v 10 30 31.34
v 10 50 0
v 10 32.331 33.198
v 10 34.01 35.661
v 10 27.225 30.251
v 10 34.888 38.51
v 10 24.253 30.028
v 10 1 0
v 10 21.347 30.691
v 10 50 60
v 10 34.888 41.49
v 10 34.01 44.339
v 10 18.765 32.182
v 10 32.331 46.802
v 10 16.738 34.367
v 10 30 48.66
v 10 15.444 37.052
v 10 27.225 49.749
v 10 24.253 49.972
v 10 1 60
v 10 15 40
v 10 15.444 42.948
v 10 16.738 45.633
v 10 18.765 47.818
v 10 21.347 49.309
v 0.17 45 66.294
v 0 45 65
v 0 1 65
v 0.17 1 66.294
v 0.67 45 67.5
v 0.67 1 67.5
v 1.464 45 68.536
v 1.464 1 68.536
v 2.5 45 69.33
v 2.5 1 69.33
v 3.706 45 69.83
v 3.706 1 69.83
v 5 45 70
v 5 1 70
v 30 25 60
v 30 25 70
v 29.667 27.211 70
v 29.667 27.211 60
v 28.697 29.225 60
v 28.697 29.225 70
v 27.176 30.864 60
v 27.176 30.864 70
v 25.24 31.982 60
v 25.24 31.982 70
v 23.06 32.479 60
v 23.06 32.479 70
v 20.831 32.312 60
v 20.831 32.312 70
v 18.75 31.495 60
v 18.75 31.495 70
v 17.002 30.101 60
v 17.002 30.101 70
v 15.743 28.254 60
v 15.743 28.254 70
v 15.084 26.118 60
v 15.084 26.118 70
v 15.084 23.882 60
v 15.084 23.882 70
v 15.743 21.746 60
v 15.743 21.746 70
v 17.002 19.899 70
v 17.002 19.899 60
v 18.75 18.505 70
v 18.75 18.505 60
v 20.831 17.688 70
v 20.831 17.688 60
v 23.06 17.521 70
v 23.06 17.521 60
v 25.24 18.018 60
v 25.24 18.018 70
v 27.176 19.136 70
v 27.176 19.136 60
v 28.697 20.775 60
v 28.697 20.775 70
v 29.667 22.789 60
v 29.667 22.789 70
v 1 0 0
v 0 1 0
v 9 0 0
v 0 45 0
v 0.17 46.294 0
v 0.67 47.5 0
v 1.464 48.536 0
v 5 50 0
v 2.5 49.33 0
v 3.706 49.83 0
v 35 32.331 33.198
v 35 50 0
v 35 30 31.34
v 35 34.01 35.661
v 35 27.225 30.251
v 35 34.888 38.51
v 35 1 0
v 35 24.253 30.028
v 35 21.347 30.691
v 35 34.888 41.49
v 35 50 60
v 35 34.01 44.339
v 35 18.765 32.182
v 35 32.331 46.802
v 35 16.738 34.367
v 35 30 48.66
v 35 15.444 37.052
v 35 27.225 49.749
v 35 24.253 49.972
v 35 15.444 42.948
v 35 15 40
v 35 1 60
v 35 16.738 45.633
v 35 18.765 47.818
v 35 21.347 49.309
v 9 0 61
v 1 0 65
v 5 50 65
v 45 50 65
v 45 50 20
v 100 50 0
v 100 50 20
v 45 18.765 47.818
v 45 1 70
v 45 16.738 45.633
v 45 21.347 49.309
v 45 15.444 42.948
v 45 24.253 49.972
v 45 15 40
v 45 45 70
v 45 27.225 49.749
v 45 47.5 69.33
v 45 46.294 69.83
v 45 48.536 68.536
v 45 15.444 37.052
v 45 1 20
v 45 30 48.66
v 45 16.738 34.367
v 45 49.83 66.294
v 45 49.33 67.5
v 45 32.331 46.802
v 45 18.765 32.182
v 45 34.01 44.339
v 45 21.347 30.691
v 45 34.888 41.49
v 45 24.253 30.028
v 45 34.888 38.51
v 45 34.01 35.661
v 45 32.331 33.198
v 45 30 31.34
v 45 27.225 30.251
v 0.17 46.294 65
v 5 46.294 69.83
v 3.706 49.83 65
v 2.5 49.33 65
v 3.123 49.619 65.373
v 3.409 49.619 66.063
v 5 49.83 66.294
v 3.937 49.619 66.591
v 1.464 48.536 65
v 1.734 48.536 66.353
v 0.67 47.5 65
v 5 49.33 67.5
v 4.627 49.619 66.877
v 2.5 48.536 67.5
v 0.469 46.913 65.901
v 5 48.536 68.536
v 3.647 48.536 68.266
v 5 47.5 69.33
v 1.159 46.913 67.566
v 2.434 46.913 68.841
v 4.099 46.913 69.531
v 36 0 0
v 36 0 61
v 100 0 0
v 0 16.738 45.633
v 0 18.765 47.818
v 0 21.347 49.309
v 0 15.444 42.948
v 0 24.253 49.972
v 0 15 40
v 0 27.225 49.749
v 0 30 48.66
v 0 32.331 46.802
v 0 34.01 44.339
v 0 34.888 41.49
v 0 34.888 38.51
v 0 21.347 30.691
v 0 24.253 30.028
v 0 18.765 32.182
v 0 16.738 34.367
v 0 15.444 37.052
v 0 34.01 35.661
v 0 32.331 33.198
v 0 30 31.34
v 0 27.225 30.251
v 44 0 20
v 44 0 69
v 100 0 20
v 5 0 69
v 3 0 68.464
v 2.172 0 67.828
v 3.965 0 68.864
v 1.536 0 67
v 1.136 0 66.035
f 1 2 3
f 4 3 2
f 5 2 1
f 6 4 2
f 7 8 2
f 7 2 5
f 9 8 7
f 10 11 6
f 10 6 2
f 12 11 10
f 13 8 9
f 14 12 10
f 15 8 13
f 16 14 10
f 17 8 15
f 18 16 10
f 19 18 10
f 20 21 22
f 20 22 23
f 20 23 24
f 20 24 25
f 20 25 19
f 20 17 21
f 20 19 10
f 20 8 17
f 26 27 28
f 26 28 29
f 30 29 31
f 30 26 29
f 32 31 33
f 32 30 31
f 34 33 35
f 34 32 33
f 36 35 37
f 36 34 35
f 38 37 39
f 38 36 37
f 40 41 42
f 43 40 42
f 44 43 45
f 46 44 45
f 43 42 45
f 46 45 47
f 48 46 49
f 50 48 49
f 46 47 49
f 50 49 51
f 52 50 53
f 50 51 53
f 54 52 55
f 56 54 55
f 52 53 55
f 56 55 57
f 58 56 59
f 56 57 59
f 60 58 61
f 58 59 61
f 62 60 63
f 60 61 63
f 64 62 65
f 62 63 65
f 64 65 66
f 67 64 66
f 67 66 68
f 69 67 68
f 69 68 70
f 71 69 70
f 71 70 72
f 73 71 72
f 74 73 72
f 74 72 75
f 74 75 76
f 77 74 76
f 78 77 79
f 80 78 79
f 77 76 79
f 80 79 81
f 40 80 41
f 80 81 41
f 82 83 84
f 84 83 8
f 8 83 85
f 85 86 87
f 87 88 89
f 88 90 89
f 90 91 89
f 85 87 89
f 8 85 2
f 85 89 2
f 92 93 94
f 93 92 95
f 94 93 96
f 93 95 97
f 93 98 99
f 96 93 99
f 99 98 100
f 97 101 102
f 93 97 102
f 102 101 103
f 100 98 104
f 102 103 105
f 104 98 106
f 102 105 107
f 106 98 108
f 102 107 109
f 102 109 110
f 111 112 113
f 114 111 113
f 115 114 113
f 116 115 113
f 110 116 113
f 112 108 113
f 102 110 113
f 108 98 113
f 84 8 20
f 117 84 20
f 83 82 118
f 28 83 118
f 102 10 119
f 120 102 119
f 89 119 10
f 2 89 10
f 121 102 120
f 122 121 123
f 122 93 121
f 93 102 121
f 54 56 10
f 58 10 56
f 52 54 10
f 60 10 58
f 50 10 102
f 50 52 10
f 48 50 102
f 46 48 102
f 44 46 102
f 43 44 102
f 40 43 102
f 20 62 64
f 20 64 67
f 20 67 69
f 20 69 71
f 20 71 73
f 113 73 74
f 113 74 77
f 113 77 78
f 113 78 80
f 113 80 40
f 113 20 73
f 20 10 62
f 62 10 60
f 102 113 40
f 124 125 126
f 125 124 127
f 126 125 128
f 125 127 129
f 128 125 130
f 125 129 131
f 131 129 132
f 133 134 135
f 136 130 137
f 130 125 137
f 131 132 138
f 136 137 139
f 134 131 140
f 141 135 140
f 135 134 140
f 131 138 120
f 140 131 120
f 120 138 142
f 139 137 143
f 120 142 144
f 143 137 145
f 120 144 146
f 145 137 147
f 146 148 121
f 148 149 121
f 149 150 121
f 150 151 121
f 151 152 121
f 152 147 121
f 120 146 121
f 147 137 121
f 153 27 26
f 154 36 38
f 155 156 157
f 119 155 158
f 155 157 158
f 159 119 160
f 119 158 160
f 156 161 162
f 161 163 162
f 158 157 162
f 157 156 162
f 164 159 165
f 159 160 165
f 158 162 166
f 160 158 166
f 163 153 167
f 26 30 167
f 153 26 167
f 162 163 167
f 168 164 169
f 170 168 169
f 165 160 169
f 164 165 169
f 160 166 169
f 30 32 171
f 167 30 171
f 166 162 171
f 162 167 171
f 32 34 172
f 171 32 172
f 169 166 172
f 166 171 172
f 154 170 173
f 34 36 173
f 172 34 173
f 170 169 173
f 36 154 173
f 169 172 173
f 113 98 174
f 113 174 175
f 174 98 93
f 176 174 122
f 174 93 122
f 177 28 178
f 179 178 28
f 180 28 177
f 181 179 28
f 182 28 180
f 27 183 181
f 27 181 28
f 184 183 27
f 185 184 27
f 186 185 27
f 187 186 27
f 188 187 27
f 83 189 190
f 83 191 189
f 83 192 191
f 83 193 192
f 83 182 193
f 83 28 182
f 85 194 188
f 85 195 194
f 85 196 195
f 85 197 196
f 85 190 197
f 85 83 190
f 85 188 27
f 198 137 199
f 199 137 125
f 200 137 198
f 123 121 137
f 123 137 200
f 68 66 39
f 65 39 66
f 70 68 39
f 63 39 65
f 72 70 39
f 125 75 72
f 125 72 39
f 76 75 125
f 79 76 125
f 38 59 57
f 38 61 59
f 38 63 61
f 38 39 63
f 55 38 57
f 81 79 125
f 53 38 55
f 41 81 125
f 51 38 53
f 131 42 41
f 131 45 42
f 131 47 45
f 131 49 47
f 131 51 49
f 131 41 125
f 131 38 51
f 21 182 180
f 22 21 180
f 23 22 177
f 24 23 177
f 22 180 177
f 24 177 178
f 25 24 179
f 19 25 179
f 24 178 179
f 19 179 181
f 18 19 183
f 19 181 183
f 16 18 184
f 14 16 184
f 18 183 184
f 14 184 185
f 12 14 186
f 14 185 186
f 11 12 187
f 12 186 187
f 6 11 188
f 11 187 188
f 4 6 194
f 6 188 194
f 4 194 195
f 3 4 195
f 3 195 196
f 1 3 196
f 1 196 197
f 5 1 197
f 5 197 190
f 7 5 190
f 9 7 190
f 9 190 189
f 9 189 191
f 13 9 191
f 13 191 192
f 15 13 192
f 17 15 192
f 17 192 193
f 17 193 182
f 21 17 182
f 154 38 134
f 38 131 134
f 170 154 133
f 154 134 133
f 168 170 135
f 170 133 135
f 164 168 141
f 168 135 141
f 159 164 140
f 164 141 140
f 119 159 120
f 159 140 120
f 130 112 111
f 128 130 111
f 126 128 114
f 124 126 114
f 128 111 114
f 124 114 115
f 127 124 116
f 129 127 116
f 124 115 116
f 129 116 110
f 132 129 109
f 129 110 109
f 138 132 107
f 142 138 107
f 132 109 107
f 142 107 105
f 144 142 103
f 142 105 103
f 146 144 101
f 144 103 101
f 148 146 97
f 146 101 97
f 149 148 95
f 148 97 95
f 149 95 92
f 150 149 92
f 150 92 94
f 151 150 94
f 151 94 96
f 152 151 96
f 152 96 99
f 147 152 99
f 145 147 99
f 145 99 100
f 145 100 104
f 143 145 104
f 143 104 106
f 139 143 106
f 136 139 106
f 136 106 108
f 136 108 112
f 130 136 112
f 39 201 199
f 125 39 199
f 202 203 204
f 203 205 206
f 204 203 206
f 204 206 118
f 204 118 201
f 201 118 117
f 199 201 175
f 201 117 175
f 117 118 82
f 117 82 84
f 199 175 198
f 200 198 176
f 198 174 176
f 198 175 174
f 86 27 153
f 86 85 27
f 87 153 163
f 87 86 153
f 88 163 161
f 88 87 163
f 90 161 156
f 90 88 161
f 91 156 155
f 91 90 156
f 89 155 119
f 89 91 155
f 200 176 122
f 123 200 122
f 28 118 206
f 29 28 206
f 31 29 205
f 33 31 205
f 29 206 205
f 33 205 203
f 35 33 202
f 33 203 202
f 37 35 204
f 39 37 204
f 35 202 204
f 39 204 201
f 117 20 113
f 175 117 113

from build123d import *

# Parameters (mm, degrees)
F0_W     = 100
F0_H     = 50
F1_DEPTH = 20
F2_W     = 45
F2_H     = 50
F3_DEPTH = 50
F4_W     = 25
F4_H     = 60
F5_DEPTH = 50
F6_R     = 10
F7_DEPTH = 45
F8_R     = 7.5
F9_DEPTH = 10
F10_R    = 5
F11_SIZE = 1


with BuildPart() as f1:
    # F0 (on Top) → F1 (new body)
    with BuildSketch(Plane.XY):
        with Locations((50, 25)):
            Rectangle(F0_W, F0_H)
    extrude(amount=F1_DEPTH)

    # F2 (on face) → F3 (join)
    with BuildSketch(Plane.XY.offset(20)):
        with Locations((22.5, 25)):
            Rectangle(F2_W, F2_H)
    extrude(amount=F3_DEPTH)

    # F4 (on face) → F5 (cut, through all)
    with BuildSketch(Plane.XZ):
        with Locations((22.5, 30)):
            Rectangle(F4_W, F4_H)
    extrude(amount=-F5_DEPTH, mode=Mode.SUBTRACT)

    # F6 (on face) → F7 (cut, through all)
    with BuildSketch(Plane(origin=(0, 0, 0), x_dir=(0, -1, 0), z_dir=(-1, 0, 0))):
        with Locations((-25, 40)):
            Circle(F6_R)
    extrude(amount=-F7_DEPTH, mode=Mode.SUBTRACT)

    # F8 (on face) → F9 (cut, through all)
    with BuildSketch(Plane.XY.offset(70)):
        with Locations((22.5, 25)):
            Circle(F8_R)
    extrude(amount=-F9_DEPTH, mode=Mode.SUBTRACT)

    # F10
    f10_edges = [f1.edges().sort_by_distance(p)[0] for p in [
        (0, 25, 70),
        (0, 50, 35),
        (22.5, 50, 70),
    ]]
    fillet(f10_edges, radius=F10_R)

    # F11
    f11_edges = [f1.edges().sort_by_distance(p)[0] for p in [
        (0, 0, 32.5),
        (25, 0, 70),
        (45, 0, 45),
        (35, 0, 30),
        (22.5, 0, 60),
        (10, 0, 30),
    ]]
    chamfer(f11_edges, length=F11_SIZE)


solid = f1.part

#### The task
Of the lines above, retype only those from the line containing "f 149 148 95" through the line containing "f 89 91 155", including both, exactly.

#### Solution to this task
f 149 148 95
f 148 97 95
f 149 95 92
f 150 149 92
f 150 92 94
f 151 150 94
f 151 94 96
f 152 151 96
f 152 96 99
f 147 152 99
f 145 147 99
f 145 99 100
f 145 100 104
f 143 145 104
f 143 104 106
f 139 143 106
f 136 139 106
f 136 106 108
f 136 108 112
f 130 136 112
f 39 201 199
f 125 39 199
f 202 203 204
f 203 205 206
f 204 203 206
f 204 206 118
f 204 118 201
f 201 118 117
f 199 201 175
f 201 117 175
f 117 118 82
f 117 82 84
f 199 175 198
f 200 198 176
f 198 174 176
f 198 175 174
f 86 27 153
f 86 85 27
f 87 153 163
f 87 86 153
f 88 163 161
f 88 87 163
f 90 161 156
f 90 88 161
f 91 156 155
f 91 90 156
f 89 155 119
f 89 91 155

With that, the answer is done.